Before the final vote was approved, 4-1, Trustee Jackee Bruno proposed another motion to close Sandpiper and keep Nesbit as the small middle school program. This motion was seconded, but failed 3-2.
The middle school alignment decision was not driven by financial reasons, but rather enrollment, but Deguara acknowledged that continuing to fund underenrolled programs ultimately takes resources away that could be used in other ways.
“Ultimately our decision comes down to tradeoff and priorities,” Deguara said Thursday. “Regardless of the decision, we’ll need to monitor spending, make strategic choices to draw down our $4.8 million structural deficit, and that comes with tradeoffs.”

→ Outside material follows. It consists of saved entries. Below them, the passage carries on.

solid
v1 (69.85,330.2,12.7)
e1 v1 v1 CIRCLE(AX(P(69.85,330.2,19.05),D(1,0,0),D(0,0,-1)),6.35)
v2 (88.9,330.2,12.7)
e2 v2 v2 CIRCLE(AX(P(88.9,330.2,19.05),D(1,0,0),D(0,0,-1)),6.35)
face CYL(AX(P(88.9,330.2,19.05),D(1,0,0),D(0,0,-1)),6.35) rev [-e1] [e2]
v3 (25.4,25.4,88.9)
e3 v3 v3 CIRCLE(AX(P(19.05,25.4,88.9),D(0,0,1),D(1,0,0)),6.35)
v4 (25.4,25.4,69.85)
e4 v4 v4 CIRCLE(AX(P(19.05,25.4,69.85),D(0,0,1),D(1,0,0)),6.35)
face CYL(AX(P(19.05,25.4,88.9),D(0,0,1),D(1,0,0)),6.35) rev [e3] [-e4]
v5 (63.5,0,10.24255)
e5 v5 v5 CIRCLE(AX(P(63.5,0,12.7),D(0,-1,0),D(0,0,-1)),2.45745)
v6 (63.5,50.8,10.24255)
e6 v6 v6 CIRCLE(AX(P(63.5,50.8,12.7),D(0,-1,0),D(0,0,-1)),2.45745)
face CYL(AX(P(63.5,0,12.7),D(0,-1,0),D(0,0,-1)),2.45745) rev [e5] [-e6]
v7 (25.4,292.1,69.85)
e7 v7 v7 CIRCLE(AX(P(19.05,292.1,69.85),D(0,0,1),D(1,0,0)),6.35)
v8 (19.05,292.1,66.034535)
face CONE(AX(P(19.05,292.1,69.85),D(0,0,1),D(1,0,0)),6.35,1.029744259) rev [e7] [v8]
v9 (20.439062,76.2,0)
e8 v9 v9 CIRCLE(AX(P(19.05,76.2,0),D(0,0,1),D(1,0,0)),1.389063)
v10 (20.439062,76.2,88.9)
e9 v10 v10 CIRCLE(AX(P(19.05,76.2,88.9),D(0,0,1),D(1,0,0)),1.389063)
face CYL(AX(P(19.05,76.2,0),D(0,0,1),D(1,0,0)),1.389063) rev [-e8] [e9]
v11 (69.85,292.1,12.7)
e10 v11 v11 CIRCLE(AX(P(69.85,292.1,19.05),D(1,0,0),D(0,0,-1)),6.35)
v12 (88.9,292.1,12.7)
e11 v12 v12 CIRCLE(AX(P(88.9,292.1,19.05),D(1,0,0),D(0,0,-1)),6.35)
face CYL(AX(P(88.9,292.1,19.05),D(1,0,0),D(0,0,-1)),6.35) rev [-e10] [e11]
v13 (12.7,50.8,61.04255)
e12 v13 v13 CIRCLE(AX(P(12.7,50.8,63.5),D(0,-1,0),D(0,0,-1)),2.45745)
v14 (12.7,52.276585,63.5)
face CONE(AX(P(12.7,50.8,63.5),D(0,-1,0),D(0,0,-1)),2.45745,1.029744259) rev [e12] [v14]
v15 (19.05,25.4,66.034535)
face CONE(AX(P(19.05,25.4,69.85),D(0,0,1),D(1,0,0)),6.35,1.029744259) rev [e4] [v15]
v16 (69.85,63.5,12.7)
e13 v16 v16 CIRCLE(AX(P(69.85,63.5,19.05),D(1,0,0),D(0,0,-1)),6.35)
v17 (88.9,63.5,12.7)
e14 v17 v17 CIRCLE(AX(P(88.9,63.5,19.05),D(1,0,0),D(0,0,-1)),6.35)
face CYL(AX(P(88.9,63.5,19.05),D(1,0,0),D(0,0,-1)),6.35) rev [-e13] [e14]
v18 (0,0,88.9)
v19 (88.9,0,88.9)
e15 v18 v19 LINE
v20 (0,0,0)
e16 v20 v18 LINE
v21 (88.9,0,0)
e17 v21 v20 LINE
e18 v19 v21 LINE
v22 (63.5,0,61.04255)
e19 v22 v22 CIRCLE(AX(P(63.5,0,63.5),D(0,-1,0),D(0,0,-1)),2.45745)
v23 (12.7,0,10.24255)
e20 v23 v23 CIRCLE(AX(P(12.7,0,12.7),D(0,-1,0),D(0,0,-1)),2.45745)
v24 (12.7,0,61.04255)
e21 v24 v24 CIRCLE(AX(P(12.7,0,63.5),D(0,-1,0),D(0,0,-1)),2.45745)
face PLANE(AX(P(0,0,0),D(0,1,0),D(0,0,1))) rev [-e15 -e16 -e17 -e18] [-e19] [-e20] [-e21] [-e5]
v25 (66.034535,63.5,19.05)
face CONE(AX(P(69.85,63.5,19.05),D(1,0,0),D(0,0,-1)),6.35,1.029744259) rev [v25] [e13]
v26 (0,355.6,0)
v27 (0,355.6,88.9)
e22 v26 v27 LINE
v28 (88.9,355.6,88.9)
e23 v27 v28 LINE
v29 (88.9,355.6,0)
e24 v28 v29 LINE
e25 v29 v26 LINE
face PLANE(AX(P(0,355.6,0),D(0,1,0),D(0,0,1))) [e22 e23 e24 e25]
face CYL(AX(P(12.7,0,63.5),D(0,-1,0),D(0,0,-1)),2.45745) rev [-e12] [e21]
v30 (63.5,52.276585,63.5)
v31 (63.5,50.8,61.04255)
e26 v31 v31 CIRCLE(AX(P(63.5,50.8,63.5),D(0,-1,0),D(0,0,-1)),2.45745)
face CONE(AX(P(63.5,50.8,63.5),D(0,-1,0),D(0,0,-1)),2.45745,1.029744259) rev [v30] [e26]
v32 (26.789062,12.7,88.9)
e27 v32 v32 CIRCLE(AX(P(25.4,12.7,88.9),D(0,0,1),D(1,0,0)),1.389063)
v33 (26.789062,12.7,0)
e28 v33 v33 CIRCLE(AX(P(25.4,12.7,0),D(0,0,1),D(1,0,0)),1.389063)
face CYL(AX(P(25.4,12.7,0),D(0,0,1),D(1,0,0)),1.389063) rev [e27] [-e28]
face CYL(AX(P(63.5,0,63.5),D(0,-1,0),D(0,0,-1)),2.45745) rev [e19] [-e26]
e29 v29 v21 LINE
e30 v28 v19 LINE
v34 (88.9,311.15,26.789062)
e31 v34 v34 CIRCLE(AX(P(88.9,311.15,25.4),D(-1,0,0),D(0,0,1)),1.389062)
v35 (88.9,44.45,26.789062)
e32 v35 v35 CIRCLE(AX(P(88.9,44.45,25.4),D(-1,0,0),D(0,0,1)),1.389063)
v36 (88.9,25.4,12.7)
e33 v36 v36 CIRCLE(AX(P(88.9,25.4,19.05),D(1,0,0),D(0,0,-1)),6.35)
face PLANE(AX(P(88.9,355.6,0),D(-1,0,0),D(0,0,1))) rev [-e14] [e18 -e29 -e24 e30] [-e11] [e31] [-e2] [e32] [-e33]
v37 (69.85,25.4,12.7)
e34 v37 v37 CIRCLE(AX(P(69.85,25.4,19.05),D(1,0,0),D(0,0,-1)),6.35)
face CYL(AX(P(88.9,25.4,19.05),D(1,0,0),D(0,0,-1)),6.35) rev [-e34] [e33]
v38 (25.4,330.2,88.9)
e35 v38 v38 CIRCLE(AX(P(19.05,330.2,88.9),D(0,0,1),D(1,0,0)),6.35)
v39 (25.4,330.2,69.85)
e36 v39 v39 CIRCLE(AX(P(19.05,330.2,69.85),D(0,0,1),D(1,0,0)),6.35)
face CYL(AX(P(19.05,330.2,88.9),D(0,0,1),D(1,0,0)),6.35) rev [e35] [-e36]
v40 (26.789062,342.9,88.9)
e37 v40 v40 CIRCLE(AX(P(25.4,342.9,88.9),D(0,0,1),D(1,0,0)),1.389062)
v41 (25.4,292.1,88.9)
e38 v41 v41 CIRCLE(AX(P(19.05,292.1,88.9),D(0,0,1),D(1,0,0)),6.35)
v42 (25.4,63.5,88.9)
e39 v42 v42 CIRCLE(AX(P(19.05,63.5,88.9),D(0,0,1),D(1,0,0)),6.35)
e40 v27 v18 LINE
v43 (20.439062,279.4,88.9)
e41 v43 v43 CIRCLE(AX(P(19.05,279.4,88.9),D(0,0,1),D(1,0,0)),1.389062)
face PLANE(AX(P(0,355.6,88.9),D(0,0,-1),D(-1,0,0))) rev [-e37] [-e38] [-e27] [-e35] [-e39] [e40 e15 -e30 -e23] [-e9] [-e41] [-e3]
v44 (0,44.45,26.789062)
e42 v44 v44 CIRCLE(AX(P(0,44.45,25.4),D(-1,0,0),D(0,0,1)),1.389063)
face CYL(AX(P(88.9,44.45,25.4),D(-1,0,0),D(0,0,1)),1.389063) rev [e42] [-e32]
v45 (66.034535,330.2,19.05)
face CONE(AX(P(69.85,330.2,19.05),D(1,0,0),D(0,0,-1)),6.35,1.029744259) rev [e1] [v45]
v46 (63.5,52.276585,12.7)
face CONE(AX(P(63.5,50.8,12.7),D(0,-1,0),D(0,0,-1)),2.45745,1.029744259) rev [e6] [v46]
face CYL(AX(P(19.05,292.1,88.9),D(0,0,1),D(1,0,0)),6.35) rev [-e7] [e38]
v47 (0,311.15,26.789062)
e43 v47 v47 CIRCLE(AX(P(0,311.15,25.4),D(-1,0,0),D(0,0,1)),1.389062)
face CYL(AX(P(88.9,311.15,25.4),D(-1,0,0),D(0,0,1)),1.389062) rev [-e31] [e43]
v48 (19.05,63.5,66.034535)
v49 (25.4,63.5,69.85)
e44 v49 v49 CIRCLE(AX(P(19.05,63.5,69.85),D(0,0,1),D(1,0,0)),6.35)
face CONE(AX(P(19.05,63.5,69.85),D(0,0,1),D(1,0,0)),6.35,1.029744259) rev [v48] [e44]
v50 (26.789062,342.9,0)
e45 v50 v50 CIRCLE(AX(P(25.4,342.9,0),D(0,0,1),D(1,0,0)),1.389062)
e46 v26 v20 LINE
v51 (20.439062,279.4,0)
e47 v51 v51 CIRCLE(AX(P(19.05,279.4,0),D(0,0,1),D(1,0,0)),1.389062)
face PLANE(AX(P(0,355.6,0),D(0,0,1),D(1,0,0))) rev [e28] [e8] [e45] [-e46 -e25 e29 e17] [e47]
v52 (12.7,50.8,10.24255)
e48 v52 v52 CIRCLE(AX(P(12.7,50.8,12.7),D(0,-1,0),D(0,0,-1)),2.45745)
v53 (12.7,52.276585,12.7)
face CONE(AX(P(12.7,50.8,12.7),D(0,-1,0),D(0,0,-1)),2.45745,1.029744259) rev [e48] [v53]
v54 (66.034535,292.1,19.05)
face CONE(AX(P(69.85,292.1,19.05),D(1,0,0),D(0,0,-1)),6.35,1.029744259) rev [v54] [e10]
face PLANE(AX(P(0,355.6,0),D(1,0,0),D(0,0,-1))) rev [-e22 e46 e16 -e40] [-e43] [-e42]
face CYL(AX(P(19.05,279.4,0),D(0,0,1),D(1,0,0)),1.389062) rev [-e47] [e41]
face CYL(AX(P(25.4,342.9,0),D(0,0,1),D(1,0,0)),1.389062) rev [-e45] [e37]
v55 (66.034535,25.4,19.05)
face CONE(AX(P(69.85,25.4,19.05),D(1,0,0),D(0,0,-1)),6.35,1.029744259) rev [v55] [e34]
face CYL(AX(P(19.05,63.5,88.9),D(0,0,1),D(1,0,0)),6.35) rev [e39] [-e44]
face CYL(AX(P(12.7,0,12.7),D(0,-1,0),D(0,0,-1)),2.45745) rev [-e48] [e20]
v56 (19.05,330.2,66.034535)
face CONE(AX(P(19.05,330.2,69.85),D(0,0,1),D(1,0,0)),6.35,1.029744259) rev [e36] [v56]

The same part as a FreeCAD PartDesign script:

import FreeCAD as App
import Part
import Sketcher

V = App.Vector
Q = App.Units.Quantity


def add_polygon(sketch, points):
    """Adds a closed chain of lines whose ends are joined by coincident constraints."""
    first, n = sketch.GeometryCount, len(points)
    for a, b in zip(points, points[1:] + points[:1]):
        sketch.addGeometry(Part.LineSegment(App.Vector(*a, 0), App.Vector(*b, 0)), False)
    for i in range(n):
        sketch.addConstraint(Sketcher.Constraint("Coincident", first + i, 2, first + (i + 1) % n, 1))

doc = App.newDocument("Part")
body = doc.addObject("PartDesign::Body", "Body")

sketch1 = body.newObject("Sketcher::SketchObject", "Sketch")
sketch1.AttachmentSupport = (doc.getObject("XZ_Plane"), [""])
sketch1.MapMode = "FlatFace"
add_polygon(sketch1, [(0, 0), (0, 89), (89, 89), (89, 0)])
sketch1.addConstraint(Sketcher.Constraint("Vertical", 0))
sketch1.addConstraint(Sketcher.Constraint("Horizontal", 1))
sketch1.addConstraint(Sketcher.Constraint("Vertical", 2))
sketch1.addConstraint(Sketcher.Constraint("Horizontal", 3))
sketch1.addConstraint(Sketcher.Constraint("Coincident", 3, 2, -1, 1))
sketch1.addConstraint(Sketcher.Constraint("Equal", 3, 0))
sketch1.addConstraint(Sketcher.Constraint("DistanceX", 1, 1, 1, 2, Q("3.5 in")))
pad1 = body.newObject("PartDesign::Pad", "Pad")
pad1.Profile = sketch1
pad1.Length = Q("14 in")
pad1.Reversed = True

sketch2 = body.newObject("Sketcher::SketchObject", "Sketch001")
sketch2.AttachmentSupport = (doc.getObject("XY_Plane"), [""])
sketch2.MapMode = "FlatFace"
sketch2.AttachmentOffset = App.Placement(V(0, 0, 3.5 * 25.4), App.Rotation())
sketch2.addGeometry(Part.Circle(V(19.1, 76.2, 0), V(0, 0, 1), 1.4), False)
sketch2.addGeometry(Part.Circle(V(19.1, 279.4, 0), V(0, 0, 1), 1.4), False)
sketch2.addGeometry(Part.Circle(V(25.4, 342.9, 0), V(0, 0, 1), 1.4), False)
sketch2.addGeometry(Part.Circle(V(25.4, 12.7, 0), V(0, 0, 1), 1.4), False)
sketch2.addConstraint(Sketcher.Constraint("Equal", 0, 1))
sketch2.addConstraint(Sketcher.Constraint("Equal", 1, 2))
sketch2.addConstraint(Sketcher.Constraint("Equal", 2, 3))
sketch2.addConstraint(Sketcher.Constraint("Vertical", 0, 3, 1, 3))
sketch2.addConstraint(Sketcher.Constraint("Vertical", 2, 3, 3, 3))
sketch2.addConstraint(Sketcher.Constraint("Diameter", 0, Q("0.109375 in")))
sketch2.addConstraint(Sketcher.Constraint("DistanceY", -1, 1, 0, 3, Q("3 in")))
sketch2.addConstraint(Sketcher.Constraint("DistanceY", -1, 1, 1, 3, Q("11 in")))
sketch2.addConstraint(Sketcher.Constraint("DistanceX", -1, 1, 2, 3, Q("1 in")))
sketch2.addConstraint(Sketcher.Constraint("DistanceY", 3, 3, 2, 3, Q("13 in")))
sketch2.addConstraint(Sketcher.Constraint("DistanceY", -1, 1, 2, 3, Q("13.5 in")))
sketch2.addConstraint(Sketcher.Constraint("DistanceX", -1, 1, 0, 3, Q("0.75 in")))
pocket1 = body.newObject("PartDesign::Pocket", "Pocket")
pocket1.Profile = sketch2
pocket1.Type = "ThroughAll"
pocket1.Midplane = True

sketch3 = body.newObject("Sketcher::SketchObject", "Sketch002")
sketch3.AttachmentSupport = (doc.getObject("YZ_Plane"), [""])
sketch3.MapMode = "FlatFace"
sketch3.addGeometry(Part.Circle(V(311.1, 25.4, 0), V(0, 0, 1), 1.4), False)
sketch3.addGeometry(Part.Circle(V(44.5, 25.4, 0), V(0, 0, 1), 1.4), False)
sketch3.addConstraint(Sketcher.Constraint("Equal", 0, 1))
sketch3.addConstraint(Sketcher.Constraint("Horizontal", 0, 3, 1, 3))
sketch3.addConstraint(Sketcher.Constraint("Diameter", 0, Q("0.109375 in")))
sketch3.addConstraint(Sketcher.Constraint("DistanceY", -1, 1, 0, 3, Q("1 in")))
sketch3.addConstraint(Sketcher.Constraint("DistanceX", 1, 3, 0, 3, Q("10.5 in")))
sketch3.addConstraint(Sketcher.Constraint("DistanceX", -1, 1, 0, 3, Q("12.25 in")))
pocket2 = body.newObject("PartDesign::Pocket", "Pocket001")
pocket2.Profile = sketch3
pocket2.Type = "ThroughAll"
pocket2.Midplane = True

sketch4 = body.newObject("Sketcher::SketchObject", "Sketch003")
sketch4.AttachmentSupport = (doc.getObject("XY_Plane"), [""])
sketch4.MapMode = "FlatFace"
sketch4.AttachmentOffset = App.Placement(V(0, 0, 3.5 * 25.4), App.Rotation())
sketch4.addGeometry(Part.Circle(V(19, 292, 0), V(0, 0, 1), 6), False)
sketch4.addGeometry(Part.Circle(V(19, 330, 0), V(0, 0, 1), 6), False)
sketch4.addGeometry(Part.Circle(V(19, 25, 0), V(0, 0, 1), 6), False)
sketch4.addGeometry(Part.Circle(V(19, 64, 0), V(0, 0, 1), 6), False)
sketch4.addConstraint(Sketcher.Constraint("Equal", 0, 1))
sketch4.addConstraint(Sketcher.Constraint("Equal", 1, 2))
sketch4.addConstraint(Sketcher.Constraint("Equal", 2, 3))
sketch4.addConstraint(Sketcher.Constraint("Vertical", 0, 3, 1, 3))
sketch4.addConstraint(Sketcher.Constraint("Vertical", 1, 3, 2, 3))
sketch4.addConstraint(Sketcher.Constraint("Vertical", 2, 3, 3, 3))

The structural deficit does not place the district in a place of fiscal emergency, trustees said, and as a basic aid district, funding the district receives is not dependent on enrollment numbers.
“The cost savings won’t be realized until several years down the road and I don’t think that warrants closing a school,” Dang said.
The decision to maintain the status quo means the focus must be to fill the seats at the smaller schools, Deguara said.
“We need to fill those open seats, that’s a financially prudent thing to do,” he said.
While the district’s recommendation differed from the board’s final action, Deguara said in a statement Friday that trustees engaged in open and transparent dialogue throughout the process.
“We remain committed to supporting students and families as we move forward together,” Deguara said.